* [Problem requirements]:
Print, exactly as they appear in the listing below, the lines from the line with "line L4 (17.0711, 420) -> (412.9289, 420)" to the line with "arc A6 (430.6066, -7.6777)", with both end lines kept.

* [Entries shown]:
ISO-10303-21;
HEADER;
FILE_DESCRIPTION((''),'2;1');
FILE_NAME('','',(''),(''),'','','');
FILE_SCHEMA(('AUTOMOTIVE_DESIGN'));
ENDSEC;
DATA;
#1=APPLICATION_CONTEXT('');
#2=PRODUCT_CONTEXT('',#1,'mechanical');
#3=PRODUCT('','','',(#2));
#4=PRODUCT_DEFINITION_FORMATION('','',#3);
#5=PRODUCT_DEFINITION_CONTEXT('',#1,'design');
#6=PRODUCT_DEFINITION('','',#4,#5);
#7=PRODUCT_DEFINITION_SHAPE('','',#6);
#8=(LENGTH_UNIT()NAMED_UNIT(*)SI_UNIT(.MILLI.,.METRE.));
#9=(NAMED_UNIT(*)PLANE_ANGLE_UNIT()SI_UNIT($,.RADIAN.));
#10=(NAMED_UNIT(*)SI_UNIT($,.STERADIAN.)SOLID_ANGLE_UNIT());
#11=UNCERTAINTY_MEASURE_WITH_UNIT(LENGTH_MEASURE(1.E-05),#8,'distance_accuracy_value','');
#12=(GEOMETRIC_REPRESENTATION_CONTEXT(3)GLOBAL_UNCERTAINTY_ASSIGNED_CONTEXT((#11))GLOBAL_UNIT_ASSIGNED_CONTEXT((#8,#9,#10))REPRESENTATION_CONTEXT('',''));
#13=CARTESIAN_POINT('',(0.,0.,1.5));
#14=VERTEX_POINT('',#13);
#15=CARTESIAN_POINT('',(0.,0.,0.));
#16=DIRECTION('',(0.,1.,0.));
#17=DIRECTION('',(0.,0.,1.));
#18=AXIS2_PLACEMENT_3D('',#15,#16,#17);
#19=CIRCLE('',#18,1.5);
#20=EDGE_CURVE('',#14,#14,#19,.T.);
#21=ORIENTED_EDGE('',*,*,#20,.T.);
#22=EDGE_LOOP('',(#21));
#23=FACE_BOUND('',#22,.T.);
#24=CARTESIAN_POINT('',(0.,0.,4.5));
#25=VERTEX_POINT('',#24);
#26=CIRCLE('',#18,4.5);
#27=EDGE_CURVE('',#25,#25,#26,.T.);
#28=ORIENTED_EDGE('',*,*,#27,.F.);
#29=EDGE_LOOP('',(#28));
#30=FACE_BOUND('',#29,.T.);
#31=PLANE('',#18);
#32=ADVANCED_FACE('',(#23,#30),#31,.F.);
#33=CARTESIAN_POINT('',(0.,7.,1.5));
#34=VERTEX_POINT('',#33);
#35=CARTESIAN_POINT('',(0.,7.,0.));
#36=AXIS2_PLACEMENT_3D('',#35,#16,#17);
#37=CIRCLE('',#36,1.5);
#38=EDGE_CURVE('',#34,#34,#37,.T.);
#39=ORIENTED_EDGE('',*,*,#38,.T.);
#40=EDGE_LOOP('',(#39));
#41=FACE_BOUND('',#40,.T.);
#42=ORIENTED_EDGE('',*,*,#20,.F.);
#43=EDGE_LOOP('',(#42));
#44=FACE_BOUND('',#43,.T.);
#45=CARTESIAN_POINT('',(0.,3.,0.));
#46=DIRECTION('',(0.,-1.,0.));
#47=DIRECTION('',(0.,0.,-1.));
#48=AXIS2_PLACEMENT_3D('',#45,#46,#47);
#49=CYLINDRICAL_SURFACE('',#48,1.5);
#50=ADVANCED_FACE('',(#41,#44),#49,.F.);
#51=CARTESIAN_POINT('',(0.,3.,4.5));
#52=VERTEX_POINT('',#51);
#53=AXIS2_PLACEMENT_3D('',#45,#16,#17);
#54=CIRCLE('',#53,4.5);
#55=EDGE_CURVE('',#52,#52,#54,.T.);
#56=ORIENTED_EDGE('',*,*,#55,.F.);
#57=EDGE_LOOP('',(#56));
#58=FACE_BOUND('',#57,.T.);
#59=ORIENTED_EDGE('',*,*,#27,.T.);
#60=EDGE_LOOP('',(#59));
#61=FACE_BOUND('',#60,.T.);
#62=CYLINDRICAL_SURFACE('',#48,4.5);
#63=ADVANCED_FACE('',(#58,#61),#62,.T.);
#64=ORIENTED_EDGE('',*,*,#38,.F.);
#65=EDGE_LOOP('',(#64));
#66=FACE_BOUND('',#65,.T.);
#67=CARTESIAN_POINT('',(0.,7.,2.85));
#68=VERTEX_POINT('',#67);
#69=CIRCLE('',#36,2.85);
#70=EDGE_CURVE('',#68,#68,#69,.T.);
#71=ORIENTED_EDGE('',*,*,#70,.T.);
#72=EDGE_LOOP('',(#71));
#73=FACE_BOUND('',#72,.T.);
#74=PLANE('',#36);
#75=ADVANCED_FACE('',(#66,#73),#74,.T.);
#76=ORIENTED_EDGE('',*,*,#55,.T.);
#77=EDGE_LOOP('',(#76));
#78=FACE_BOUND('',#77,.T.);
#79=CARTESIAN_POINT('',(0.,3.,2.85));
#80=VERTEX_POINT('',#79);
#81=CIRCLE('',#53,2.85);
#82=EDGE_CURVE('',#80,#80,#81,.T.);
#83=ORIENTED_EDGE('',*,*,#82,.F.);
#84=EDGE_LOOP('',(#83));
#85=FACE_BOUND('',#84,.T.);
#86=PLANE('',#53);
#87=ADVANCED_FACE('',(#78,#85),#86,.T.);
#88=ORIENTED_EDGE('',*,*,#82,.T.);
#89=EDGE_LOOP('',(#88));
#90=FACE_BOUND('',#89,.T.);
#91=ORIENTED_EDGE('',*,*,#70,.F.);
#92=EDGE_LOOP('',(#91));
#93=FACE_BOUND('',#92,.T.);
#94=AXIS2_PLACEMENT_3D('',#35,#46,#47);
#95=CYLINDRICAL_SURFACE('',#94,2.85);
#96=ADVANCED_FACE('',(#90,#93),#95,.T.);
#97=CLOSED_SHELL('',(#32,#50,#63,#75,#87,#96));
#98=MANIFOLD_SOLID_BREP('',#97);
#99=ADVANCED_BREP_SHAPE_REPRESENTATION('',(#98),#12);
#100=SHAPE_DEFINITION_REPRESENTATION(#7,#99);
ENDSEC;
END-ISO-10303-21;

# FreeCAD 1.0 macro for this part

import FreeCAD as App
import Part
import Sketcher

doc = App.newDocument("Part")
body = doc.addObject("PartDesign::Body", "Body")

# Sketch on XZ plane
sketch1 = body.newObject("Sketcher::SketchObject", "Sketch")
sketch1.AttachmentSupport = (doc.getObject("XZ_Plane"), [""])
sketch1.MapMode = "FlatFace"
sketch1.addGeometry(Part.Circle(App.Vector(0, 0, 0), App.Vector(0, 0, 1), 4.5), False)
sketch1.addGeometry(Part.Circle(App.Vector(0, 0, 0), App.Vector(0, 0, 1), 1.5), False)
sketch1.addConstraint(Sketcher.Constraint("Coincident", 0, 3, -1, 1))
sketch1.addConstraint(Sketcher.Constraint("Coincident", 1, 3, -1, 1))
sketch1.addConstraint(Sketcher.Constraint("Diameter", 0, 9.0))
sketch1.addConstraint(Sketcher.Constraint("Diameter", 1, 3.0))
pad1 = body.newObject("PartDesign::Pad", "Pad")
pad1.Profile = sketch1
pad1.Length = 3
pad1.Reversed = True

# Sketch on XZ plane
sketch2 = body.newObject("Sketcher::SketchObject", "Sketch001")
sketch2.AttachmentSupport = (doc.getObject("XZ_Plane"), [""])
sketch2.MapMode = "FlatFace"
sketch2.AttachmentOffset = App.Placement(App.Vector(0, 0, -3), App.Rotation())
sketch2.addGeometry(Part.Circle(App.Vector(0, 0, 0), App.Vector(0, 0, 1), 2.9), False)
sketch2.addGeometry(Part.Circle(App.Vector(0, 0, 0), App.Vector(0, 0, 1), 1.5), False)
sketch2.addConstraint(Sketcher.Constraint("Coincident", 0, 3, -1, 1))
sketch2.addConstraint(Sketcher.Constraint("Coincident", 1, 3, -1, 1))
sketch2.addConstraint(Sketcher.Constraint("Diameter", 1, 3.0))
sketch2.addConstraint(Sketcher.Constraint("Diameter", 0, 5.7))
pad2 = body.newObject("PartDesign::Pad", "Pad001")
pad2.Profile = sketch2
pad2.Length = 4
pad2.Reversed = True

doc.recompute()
---
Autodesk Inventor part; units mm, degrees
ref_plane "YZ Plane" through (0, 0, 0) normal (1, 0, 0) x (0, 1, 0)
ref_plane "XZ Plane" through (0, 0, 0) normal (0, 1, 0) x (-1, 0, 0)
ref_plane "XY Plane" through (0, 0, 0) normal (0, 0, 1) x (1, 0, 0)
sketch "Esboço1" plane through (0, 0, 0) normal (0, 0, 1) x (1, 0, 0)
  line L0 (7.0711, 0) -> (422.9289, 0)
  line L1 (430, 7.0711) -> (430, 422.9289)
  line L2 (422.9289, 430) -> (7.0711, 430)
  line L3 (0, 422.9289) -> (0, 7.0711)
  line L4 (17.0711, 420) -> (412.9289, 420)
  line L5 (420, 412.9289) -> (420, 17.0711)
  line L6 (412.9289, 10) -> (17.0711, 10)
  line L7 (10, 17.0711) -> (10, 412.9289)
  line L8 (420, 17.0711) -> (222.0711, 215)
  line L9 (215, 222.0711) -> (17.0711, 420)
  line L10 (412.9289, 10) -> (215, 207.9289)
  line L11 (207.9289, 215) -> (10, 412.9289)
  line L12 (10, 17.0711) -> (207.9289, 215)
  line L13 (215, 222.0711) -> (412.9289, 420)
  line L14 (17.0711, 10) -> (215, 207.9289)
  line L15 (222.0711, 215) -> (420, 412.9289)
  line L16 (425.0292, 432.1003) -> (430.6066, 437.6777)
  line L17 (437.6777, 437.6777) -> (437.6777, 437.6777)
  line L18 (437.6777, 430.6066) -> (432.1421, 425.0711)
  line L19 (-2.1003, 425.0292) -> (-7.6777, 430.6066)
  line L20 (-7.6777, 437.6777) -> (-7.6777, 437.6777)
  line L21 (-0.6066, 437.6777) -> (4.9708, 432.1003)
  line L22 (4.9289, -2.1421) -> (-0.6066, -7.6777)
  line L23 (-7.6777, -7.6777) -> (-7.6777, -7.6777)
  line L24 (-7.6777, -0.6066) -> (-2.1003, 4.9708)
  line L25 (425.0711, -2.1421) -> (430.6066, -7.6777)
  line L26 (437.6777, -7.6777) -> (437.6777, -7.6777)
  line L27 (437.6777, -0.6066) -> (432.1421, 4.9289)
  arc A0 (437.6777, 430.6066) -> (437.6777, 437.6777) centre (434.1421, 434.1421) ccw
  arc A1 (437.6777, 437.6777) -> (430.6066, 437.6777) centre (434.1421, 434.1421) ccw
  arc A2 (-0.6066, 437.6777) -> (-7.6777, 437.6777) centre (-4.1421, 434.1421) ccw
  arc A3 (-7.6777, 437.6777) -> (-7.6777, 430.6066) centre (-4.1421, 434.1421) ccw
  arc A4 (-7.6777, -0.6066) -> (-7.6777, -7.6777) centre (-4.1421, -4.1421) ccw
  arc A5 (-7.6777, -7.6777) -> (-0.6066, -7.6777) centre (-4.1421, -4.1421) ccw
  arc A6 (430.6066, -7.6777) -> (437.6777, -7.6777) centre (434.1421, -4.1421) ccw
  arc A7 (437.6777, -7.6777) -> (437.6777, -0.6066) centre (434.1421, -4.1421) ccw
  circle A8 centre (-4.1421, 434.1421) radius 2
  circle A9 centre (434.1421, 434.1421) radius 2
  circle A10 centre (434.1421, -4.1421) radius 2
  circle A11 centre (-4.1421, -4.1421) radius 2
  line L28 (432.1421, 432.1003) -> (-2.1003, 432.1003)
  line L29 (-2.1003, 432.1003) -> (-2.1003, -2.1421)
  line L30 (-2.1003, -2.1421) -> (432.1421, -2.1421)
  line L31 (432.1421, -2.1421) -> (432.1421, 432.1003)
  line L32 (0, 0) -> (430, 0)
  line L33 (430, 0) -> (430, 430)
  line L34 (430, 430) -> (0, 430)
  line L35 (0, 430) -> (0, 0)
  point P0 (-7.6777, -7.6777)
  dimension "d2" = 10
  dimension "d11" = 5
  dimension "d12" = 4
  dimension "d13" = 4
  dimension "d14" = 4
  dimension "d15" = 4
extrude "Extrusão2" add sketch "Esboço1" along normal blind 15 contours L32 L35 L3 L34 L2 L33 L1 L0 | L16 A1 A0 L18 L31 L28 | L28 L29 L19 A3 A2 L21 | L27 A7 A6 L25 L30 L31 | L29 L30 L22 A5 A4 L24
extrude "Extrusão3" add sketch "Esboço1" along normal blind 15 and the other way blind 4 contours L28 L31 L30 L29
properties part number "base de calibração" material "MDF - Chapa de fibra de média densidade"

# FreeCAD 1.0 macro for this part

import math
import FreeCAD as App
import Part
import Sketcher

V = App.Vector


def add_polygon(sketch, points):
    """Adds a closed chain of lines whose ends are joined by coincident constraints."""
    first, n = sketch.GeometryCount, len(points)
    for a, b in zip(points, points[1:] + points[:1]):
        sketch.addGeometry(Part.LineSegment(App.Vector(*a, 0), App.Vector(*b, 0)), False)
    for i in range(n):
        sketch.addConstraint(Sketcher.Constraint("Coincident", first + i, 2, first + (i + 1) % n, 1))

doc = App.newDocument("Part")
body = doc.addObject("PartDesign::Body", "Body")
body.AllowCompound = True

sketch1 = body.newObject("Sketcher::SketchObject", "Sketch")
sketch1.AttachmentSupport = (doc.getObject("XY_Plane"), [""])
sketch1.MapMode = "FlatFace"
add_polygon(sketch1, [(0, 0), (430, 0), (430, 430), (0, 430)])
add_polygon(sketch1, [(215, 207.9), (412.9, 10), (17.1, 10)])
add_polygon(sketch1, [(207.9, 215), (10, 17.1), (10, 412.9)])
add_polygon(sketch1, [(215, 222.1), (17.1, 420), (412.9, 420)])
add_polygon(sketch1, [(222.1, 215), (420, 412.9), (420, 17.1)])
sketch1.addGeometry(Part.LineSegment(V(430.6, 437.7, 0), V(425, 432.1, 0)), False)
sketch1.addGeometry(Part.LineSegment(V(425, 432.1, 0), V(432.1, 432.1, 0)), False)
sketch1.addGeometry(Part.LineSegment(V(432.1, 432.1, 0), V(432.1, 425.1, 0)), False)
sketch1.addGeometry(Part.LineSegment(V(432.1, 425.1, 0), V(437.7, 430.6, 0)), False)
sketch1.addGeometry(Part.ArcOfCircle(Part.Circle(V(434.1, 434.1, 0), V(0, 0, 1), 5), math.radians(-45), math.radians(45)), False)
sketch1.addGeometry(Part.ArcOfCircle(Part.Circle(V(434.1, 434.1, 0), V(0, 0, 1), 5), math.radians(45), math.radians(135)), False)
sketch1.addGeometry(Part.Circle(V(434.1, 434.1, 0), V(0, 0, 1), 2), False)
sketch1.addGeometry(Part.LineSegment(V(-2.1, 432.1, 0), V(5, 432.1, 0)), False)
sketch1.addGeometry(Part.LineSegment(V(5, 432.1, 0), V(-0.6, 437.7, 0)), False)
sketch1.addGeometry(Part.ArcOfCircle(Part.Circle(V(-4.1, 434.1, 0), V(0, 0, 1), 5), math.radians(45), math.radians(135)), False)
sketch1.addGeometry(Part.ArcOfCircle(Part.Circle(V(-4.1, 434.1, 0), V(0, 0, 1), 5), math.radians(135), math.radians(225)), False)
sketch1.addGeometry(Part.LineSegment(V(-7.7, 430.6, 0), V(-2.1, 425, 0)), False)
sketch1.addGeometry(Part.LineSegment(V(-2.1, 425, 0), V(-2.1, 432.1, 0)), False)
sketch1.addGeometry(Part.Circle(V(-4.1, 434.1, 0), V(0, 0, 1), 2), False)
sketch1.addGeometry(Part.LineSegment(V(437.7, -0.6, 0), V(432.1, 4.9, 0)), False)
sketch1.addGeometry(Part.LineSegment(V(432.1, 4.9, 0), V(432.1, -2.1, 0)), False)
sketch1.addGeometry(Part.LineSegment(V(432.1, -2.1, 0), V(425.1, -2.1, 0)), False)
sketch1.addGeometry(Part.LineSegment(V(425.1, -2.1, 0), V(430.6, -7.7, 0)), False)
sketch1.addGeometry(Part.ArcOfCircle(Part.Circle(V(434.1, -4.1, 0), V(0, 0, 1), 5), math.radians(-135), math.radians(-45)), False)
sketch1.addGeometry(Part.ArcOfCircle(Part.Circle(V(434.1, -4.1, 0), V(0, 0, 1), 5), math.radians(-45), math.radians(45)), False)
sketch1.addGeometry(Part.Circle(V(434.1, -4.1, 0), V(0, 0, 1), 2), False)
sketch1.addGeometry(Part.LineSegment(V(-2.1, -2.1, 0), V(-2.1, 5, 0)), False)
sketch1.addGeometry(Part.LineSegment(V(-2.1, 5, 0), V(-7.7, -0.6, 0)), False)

* [Result of this exercise]:
  line L4 (17.0711, 420) -> (412.9289, 420)
  line L5 (420, 412.9289) -> (420, 17.0711)
  line L6 (412.9289, 10) -> (17.0711, 10)
  line L7 (10, 17.0711) -> (10, 412.9289)
  line L8 (420, 17.0711) -> (222.0711, 215)
  line L9 (215, 222.0711) -> (17.0711, 420)
  line L10 (412.9289, 10) -> (215, 207.9289)
  line L11 (207.9289, 215) -> (10, 412.9289)
  line L12 (10, 17.0711) -> (207.9289, 215)
  line L13 (215, 222.0711) -> (412.9289, 420)
  line L14 (17.0711, 10) -> (215, 207.9289)
  line L15 (222.0711, 215) -> (420, 412.9289)
  line L16 (425.0292, 432.1003) -> (430.6066, 437.6777)
  line L17 (437.6777, 437.6777) -> (437.6777, 437.6777)
  line L18 (437.6777, 430.6066) -> (432.1421, 425.0711)
  line L19 (-2.1003, 425.0292) -> (-7.6777, 430.6066)
  line L20 (-7.6777, 437.6777) -> (-7.6777, 437.6777)
  line L21 (-0.6066, 437.6777) -> (4.9708, 432.1003)
  line L22 (4.9289, -2.1421) -> (-0.6066, -7.6777)
  line L23 (-7.6777, -7.6777) -> (-7.6777, -7.6777)
  line L24 (-7.6777, -0.6066) -> (-2.1003, 4.9708)
  line L25 (425.0711, -2.1421) -> (430.6066, -7.6777)
  line L26 (437.6777, -7.6777) -> (437.6777, -7.6777)
  line L27 (437.6777, -0.6066) -> (432.1421, 4.9289)
  arc A0 (437.6777, 430.6066) -> (437.6777, 437.6777) centre (434.1421, 434.1421) ccw
  arc A1 (437.6777, 437.6777) -> (430.6066, 437.6777) centre (434.1421, 434.1421) ccw
  arc A2 (-0.6066, 437.6777) -> (-7.6777, 437.6777) centre (-4.1421, 434.1421) ccw
  arc A3 (-7.6777, 437.6777) -> (-7.6777, 430.6066) centre (-4.1421, 434.1421) ccw
  arc A4 (-7.6777, -0.6066) -> (-7.6777, -7.6777) centre (-4.1421, -4.1421) ccw
  arc A5 (-7.6777, -7.6777) -> (-0.6066, -7.6777) centre (-4.1421, -4.1421) ccw
  arc A6 (430.6066, -7.6777) -> (437.6777, -7.6777) centre (434.1421, -4.1421) ccw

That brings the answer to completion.